Give a count of the lines below that have the string "VECTOR" in them, with no other words.

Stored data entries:
--

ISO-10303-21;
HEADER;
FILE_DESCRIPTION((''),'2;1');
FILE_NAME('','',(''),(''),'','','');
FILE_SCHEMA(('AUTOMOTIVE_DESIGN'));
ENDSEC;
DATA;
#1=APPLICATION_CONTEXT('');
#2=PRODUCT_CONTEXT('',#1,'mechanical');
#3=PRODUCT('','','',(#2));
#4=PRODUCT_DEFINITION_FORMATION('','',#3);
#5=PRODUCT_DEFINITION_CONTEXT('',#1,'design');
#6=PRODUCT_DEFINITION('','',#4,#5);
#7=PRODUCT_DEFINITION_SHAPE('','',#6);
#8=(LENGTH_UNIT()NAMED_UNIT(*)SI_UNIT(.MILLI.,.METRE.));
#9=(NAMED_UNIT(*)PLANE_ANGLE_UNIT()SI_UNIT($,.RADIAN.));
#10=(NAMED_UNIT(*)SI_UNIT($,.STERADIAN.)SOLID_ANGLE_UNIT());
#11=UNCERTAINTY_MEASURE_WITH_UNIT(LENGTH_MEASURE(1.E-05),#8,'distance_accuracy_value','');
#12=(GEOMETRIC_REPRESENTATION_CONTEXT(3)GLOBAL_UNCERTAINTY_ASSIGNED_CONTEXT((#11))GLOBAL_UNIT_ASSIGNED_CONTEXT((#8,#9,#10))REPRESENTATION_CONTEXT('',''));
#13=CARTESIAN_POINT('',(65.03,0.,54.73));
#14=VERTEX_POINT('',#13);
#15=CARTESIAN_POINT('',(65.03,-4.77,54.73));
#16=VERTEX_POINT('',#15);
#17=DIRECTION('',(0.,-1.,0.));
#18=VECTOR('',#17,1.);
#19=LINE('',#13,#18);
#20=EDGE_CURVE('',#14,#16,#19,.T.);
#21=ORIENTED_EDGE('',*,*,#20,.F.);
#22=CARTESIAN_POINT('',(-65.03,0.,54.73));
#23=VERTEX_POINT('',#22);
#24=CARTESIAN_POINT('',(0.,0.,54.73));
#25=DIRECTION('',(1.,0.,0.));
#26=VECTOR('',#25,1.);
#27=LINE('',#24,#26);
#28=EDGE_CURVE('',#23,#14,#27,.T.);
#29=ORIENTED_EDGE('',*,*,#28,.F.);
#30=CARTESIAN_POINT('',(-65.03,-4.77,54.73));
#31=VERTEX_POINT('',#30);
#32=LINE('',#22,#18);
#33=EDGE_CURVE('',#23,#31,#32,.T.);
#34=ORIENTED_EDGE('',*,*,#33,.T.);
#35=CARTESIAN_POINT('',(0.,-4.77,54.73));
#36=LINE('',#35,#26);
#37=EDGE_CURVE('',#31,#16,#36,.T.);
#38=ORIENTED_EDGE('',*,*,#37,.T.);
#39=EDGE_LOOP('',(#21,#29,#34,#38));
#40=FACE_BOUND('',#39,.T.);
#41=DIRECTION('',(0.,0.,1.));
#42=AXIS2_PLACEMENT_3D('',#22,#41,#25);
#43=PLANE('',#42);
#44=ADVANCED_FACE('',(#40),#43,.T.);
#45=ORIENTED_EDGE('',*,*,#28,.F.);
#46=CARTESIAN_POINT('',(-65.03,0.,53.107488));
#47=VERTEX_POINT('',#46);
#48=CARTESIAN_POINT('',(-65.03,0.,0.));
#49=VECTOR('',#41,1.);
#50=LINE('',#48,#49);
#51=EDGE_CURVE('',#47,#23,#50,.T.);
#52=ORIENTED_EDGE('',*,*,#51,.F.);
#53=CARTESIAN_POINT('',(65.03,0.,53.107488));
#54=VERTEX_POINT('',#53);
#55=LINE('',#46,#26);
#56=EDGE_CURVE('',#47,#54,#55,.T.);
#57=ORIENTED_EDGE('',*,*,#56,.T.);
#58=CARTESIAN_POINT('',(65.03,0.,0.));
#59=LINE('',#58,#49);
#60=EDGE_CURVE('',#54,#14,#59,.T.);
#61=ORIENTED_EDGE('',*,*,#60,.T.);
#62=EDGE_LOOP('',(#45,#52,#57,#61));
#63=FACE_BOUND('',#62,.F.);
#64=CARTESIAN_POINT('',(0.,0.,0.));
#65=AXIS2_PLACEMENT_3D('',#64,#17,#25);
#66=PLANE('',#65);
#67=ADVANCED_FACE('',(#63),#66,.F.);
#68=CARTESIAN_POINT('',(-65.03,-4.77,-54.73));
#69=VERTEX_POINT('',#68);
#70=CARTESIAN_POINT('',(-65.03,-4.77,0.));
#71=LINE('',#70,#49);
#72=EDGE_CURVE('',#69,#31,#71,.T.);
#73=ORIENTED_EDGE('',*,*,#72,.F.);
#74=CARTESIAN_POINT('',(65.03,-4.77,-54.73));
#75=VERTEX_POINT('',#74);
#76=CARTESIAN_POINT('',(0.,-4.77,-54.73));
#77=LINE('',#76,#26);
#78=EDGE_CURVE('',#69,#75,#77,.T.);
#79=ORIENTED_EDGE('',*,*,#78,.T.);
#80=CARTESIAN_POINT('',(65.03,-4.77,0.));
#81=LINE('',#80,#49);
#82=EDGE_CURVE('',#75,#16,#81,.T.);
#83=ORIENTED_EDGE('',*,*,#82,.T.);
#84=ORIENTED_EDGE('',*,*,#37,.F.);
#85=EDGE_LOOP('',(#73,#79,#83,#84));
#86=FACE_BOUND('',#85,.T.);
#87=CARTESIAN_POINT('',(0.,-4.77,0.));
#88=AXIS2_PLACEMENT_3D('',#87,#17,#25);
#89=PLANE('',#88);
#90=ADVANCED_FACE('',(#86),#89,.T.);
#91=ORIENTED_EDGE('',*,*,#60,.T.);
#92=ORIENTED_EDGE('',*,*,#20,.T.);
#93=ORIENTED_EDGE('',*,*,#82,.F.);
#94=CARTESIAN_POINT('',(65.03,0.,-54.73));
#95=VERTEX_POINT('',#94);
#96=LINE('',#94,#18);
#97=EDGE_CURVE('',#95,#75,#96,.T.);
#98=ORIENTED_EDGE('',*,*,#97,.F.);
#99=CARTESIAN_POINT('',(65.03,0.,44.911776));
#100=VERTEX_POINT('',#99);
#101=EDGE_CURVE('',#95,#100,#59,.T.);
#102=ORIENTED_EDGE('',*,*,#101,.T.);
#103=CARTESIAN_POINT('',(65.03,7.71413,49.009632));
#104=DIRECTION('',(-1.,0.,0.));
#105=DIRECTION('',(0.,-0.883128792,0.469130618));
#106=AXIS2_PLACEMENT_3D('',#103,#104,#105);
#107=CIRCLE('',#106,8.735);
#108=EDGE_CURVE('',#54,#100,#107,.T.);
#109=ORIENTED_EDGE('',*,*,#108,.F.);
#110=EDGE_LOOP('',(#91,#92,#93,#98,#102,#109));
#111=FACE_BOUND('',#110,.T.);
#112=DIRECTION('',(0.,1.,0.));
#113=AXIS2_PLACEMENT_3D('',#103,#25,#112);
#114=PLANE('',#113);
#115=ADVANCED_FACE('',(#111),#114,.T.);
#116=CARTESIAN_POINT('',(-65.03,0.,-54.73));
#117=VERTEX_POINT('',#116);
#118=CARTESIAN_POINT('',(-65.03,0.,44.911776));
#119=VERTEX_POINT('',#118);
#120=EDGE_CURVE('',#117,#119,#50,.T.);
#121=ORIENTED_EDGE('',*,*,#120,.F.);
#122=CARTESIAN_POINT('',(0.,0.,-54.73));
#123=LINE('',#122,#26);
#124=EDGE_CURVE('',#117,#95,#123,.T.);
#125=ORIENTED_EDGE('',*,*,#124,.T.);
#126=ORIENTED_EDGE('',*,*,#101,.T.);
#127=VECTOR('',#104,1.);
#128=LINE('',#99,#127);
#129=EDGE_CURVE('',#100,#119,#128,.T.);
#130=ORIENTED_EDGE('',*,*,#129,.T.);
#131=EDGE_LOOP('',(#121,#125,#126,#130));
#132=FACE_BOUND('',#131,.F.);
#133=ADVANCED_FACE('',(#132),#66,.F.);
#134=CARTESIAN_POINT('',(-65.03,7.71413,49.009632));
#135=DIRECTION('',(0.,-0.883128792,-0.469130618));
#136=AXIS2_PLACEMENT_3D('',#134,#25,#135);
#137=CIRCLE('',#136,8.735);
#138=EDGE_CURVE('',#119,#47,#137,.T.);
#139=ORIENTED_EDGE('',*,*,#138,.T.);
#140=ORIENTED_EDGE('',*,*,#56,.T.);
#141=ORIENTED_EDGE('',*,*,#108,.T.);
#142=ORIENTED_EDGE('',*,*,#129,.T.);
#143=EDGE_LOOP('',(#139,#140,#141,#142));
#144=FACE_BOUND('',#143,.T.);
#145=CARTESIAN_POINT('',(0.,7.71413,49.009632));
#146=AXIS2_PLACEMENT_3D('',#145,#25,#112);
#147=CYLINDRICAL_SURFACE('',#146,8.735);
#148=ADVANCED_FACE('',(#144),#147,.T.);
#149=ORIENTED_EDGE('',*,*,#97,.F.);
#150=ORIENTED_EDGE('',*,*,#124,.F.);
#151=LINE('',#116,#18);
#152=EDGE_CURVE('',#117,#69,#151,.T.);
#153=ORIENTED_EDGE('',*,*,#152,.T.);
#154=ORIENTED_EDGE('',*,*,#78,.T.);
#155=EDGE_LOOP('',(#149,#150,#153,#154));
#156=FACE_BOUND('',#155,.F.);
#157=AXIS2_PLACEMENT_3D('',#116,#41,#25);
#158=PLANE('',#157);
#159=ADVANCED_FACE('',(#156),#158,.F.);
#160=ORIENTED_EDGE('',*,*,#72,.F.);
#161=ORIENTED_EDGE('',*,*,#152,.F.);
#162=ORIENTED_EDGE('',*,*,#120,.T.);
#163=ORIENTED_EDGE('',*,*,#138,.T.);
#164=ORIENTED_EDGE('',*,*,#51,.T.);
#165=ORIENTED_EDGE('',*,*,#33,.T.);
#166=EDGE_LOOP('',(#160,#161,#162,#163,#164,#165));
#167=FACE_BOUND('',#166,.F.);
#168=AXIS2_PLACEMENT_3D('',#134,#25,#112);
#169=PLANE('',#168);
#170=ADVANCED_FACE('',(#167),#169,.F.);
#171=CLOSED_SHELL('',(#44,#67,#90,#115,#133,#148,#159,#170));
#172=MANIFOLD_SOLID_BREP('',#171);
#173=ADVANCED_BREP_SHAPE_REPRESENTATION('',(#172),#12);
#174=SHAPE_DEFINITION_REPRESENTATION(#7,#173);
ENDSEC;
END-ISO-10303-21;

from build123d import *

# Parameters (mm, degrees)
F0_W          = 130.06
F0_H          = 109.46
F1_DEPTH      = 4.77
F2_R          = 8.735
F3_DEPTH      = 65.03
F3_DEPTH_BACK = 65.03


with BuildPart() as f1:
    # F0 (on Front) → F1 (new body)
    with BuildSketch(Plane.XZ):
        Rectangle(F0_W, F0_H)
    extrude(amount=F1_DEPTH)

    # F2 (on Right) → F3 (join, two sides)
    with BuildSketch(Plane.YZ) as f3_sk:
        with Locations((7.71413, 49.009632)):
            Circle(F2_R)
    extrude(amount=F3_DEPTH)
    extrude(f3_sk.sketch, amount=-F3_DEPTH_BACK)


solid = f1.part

--

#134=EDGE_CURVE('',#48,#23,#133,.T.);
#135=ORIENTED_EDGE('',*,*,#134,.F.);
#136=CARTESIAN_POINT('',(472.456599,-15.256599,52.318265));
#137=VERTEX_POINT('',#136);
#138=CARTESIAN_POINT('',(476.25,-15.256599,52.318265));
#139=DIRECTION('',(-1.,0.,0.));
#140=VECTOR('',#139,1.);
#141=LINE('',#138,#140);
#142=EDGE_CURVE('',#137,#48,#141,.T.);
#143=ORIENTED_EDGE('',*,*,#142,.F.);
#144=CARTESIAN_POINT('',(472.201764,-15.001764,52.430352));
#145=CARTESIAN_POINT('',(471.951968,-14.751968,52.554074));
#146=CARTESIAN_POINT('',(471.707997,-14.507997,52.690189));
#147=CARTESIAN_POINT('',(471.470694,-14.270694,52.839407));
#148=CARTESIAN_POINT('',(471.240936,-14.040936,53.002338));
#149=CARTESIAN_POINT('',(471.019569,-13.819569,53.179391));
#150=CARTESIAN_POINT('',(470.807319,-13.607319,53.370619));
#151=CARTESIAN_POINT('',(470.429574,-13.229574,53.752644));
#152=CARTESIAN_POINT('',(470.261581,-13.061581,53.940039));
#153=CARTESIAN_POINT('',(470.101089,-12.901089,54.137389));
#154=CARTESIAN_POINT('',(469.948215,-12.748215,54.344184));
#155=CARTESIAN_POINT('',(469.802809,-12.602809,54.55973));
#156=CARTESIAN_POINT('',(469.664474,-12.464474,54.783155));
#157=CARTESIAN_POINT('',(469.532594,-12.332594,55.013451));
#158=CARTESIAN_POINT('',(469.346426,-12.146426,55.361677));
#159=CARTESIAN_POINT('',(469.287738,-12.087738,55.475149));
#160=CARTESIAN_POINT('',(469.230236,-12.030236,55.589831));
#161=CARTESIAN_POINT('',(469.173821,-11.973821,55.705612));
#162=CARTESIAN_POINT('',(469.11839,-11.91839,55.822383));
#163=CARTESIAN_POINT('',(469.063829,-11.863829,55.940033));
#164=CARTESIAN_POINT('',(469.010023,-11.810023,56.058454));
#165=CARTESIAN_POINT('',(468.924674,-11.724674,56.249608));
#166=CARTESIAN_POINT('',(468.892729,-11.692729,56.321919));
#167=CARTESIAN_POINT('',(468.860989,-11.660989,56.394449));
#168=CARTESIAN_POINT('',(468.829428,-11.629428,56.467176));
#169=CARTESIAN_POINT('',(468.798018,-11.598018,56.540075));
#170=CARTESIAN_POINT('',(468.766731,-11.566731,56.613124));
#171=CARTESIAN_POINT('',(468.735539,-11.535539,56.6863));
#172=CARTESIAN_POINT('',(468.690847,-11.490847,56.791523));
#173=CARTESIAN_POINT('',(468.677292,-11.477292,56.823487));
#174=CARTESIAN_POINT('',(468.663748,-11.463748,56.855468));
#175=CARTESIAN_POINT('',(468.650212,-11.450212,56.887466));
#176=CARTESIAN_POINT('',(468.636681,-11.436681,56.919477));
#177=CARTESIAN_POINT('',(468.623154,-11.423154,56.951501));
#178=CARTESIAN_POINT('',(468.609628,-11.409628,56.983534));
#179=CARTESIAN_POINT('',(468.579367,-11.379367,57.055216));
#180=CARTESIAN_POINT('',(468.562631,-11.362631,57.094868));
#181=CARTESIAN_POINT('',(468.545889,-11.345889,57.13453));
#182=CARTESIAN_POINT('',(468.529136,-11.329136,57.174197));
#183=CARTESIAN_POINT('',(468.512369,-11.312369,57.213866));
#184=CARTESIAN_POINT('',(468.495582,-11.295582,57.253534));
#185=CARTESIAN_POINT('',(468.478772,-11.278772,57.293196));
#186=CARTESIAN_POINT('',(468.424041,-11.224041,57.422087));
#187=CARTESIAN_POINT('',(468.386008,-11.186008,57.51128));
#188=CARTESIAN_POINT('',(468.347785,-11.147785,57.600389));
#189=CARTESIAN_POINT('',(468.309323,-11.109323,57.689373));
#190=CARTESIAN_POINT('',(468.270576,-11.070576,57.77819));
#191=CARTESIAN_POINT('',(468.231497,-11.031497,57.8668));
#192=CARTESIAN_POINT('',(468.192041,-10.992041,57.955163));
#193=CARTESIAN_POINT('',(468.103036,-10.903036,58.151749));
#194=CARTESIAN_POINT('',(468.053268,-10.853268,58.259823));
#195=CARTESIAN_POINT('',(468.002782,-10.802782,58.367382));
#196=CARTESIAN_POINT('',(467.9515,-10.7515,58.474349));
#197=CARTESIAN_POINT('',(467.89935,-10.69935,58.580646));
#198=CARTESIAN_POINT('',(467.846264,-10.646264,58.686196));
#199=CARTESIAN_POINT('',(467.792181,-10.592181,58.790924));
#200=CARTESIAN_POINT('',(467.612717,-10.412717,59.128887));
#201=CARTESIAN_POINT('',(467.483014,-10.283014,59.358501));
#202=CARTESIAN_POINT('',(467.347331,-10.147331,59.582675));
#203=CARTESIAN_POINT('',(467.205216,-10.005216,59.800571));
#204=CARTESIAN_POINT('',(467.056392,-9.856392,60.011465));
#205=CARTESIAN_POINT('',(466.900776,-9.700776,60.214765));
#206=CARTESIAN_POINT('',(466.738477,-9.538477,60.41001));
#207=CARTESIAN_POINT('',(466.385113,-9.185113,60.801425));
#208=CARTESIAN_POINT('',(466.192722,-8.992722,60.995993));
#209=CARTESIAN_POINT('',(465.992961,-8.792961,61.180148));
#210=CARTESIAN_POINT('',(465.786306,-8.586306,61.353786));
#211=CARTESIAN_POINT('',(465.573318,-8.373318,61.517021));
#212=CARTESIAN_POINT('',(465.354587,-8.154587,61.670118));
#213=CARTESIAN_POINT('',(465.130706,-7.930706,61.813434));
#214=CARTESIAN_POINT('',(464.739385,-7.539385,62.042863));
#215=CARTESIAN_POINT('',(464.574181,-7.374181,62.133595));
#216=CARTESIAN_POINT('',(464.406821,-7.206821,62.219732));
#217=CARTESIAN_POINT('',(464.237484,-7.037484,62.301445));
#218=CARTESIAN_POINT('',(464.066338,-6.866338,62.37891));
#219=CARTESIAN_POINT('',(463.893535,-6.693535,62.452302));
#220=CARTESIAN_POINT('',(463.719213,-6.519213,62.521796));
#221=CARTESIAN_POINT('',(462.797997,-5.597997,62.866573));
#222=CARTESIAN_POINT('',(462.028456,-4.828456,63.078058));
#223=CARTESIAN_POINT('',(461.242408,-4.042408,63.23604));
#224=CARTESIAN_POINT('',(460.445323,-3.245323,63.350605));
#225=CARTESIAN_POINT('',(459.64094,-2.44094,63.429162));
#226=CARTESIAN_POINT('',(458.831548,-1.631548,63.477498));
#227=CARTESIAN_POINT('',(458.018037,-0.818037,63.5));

--

Result of this exercise =
5